Olivia a new maturity Down Under Special

By Ivor Davis

Olivia Newton-John is having a party in her flagship Koala Blue boutique and milk bar on Melrose Avenue in the heart of Hollywood. The shrimps are sizzling on the barbecue, the Foster’s is flowing and the band in the background is hammering out a rather loud version of Tie Me Kangaroo Down Sport. It’s a fun time but the blonde, Aussie-reared star is getting serious. It’s a crucial time in her life. Motherhood took her out of the Hollywood mainstream for more than two years, but now she’s back.

The bubbly singer/actress takes a break from the party to talk bluntly and frankly about love, marriage, children and life as she approaches her 40th birthday. Despite rumors and published reports, that she’s having a second child, Olivia says: “I’m not pregnant, but I’m hoping. I do so want another baby.” A boy next time? “It would be great, but you can’t choose, can you,” she replies with a girlish giggle. “I wouldn’t mind as long as he or she is healthy. Two would be perfect.”

Olivia, who will turn 40 on September 26, looks a dozen years younger. But it’s a mature Olivia who talks of her rich world crowded with a new TV special, a new album, new horizons for her chain of boutiques, and life with her darling daughter Chloe and her actor husband Matt Lattanzi. And while she awaits the reaction to the new TV special and her new album The Rumour, she chatters at machine-gun pace about the two-year-old apple of her eye, who shares some of the limelight with her famous mum in a beautifully shot beach sequence in the Olivia Newton-John In Australia special.

The Seven Network will screen the special in Australia later this year. “I hope I’ve matured in the past few years,” Olivia says. “And I think some of the songs in my new album reflect that. I wrote four of them. It’s a very personal album. “Since I had Chloe and I became a parent, I’ve become a lot more aware. When you have a child your horizons are opened up. “The most important thing in my life is Chloe, and my husband and I want the world to be a better place for her. Motherhood has done it no doubt. I’ve come to a time in my life when I don’t want to do a frivolous pop album (The Rumour is her first since the 1985 Soul Kiss). I can’t compete with the 15 or 16-year-old pop singers. Now I want to do something that means something to me… about women of the Eighties … what I feel, what I observe.”

One of her new songs chronicles the plight of the single mother. “I wrote it because I have a good friend who has a number of children and she’s going through a divorce and raising them on her own,” she says. “I sympathise with her plight.” There are also songs about AIDS a disease that has devastated many in showbusiness in Hollywood and one about ecology. “I wrote the ecology one because I want there to be forests and animals for my daughter to enjoy.”

With maturity, admits Olivia, has come a new attitude towards Chloe’s security. At one time she was fiercely protective of her child to the point of what some believed was an obsession. “It was natural I was protective, but now I’m more relaxed,” she says. “When I filmed the special with Chloe in Australia, I felt very safe there. With the first child, I realised, you give them much more cushioning than they need. I thought having her in the special would be a wonderful memory for her to have. I didn’t feel as though she had to pose for 100 cameras there was just one.”

Security for Olivia herself sometimes rivals that for an American presidential candidate. Her security men often demand to see the floor plans of buildings in which Olivia is appearing. Such was the case at a recent television interview and at a down-town hotel where a reception was held for the star. Olivia says she is very happy with her marriage and her life. “I feel I’m just coming into the happiest time of my life. It seems to be getting better. I’m not terrified of getting older we’re all getting older, there’s no getting round it.”
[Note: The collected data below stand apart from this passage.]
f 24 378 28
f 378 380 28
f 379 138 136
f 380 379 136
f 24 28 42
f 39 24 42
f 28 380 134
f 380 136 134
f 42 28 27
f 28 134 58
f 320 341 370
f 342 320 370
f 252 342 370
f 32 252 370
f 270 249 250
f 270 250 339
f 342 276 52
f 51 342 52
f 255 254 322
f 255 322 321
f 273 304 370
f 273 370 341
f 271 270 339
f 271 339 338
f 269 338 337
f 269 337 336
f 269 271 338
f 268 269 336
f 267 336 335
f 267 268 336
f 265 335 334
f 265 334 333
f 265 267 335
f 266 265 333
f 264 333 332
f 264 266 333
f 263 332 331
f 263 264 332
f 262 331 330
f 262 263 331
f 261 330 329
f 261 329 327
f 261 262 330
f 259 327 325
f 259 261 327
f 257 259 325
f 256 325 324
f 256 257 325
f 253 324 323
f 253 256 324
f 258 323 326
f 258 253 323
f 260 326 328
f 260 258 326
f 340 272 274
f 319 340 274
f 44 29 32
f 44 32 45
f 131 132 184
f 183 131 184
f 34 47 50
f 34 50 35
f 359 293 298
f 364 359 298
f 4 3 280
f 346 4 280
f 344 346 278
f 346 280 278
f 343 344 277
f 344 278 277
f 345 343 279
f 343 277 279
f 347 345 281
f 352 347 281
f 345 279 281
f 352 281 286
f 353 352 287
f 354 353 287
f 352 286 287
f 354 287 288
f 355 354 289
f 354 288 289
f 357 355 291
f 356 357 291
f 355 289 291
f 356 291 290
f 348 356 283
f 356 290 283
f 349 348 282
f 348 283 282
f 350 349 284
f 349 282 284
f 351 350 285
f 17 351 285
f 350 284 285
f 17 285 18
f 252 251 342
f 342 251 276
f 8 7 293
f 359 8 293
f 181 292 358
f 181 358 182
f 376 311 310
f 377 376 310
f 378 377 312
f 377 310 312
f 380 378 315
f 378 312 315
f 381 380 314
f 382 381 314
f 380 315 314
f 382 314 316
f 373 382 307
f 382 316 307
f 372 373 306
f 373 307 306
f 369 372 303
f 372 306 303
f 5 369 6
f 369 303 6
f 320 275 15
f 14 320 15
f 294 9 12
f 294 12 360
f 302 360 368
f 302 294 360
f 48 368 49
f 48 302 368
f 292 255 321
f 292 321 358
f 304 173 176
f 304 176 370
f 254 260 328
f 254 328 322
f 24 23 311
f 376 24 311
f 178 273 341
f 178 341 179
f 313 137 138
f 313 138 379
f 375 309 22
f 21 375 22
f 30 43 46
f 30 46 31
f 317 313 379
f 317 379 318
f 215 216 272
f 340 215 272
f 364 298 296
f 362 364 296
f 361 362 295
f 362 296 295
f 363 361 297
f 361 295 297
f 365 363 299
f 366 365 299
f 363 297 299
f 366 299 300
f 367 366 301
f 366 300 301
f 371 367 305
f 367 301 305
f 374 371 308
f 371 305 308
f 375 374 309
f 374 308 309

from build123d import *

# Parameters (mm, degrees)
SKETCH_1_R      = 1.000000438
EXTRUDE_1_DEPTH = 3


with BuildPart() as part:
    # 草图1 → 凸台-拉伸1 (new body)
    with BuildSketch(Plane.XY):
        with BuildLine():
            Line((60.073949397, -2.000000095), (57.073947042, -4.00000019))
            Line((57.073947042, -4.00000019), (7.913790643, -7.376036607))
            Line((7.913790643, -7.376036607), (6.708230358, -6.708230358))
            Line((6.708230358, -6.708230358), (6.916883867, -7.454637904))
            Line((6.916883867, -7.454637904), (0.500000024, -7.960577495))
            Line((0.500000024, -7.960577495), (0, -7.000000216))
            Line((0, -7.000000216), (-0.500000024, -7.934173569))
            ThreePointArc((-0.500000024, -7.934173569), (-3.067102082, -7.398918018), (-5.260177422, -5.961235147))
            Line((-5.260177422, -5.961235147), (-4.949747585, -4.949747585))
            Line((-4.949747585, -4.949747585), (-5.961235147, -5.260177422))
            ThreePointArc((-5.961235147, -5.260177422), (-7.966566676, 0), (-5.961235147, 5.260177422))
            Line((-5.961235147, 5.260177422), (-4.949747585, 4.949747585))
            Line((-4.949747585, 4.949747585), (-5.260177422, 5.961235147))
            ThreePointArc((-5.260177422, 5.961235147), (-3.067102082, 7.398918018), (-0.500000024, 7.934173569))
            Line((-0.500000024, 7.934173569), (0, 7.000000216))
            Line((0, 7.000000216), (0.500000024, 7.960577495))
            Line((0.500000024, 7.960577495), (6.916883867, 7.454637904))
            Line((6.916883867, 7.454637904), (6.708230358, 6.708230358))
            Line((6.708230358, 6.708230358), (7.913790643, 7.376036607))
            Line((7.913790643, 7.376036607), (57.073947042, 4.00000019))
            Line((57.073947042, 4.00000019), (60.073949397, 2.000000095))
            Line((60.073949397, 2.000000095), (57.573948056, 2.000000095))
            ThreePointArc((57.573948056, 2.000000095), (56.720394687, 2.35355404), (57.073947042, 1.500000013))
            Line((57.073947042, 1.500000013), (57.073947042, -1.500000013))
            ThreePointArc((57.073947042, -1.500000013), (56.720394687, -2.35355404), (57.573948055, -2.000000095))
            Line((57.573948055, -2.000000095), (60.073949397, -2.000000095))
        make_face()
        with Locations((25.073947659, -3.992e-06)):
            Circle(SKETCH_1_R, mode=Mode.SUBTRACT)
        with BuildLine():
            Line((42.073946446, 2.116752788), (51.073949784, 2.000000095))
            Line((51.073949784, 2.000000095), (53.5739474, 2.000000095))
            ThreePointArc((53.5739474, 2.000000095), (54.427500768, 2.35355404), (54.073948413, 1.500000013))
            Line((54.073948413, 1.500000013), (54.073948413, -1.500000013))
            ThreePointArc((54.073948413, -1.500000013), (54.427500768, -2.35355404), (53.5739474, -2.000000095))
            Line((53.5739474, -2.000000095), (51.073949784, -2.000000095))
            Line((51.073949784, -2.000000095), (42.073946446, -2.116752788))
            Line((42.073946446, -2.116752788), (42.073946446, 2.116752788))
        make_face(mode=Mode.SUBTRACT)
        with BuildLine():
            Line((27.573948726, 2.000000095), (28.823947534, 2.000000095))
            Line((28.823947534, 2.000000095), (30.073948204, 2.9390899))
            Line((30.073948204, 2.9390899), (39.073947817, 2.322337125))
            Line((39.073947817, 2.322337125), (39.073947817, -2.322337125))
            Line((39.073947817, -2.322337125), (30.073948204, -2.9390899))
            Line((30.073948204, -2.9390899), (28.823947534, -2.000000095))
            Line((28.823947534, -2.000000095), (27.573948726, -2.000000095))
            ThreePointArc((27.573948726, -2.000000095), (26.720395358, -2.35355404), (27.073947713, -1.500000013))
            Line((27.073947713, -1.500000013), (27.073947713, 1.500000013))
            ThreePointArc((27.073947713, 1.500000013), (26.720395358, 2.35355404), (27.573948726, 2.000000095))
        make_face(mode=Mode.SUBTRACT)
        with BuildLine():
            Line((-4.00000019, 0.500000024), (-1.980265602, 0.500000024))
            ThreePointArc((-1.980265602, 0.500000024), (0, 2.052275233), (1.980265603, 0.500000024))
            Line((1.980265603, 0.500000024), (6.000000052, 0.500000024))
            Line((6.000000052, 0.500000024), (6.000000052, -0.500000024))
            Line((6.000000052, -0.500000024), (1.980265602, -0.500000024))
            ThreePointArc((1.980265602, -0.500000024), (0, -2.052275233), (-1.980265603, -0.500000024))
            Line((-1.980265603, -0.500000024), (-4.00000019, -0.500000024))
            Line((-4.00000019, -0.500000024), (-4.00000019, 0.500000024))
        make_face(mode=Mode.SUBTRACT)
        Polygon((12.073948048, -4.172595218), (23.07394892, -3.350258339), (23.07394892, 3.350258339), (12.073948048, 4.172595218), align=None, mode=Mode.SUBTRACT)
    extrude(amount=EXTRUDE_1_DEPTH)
Matt is not present at the Koala Blue party. “He’s in Spain showing his new movie Blueberry Hill in a competition,” she explains. A decade or so ago, admits Olivia, she was worried that any man she went with or married might not be able to cope with her fame and would end up being known as Mr Olivia Newton-John. “Everyone goes through difficult times in their life with their own personal problems, and I have. But Matt and I have a great relationship. There’s never been competition between us. He’s never felt threatened, because he’s very confident of himself and who he is. Ours was the very first relationship I had where I didn’t feel any competitive undercurrent.”

The future, she says, looks very rosy. There’s plenty of plans on the Koala Blue front, with projections that the 16 stores will do $7.5 million in business in 1988. Are there plans for any movies or concert tours? “I’d like to do a movie if the right script came along, and if we could shoot in Los Angeles close to my home in Malibu,” she says. “But on the concert front, no. I wouldn’t want to be away from Chloe for three months.” At this moment, two huge screens flash clips of Olivia’s Australia special, showing her cavorting in sand and surf with fair- haired Chloe clad all in pink. “Now you can see what I mean,” Olivia coos.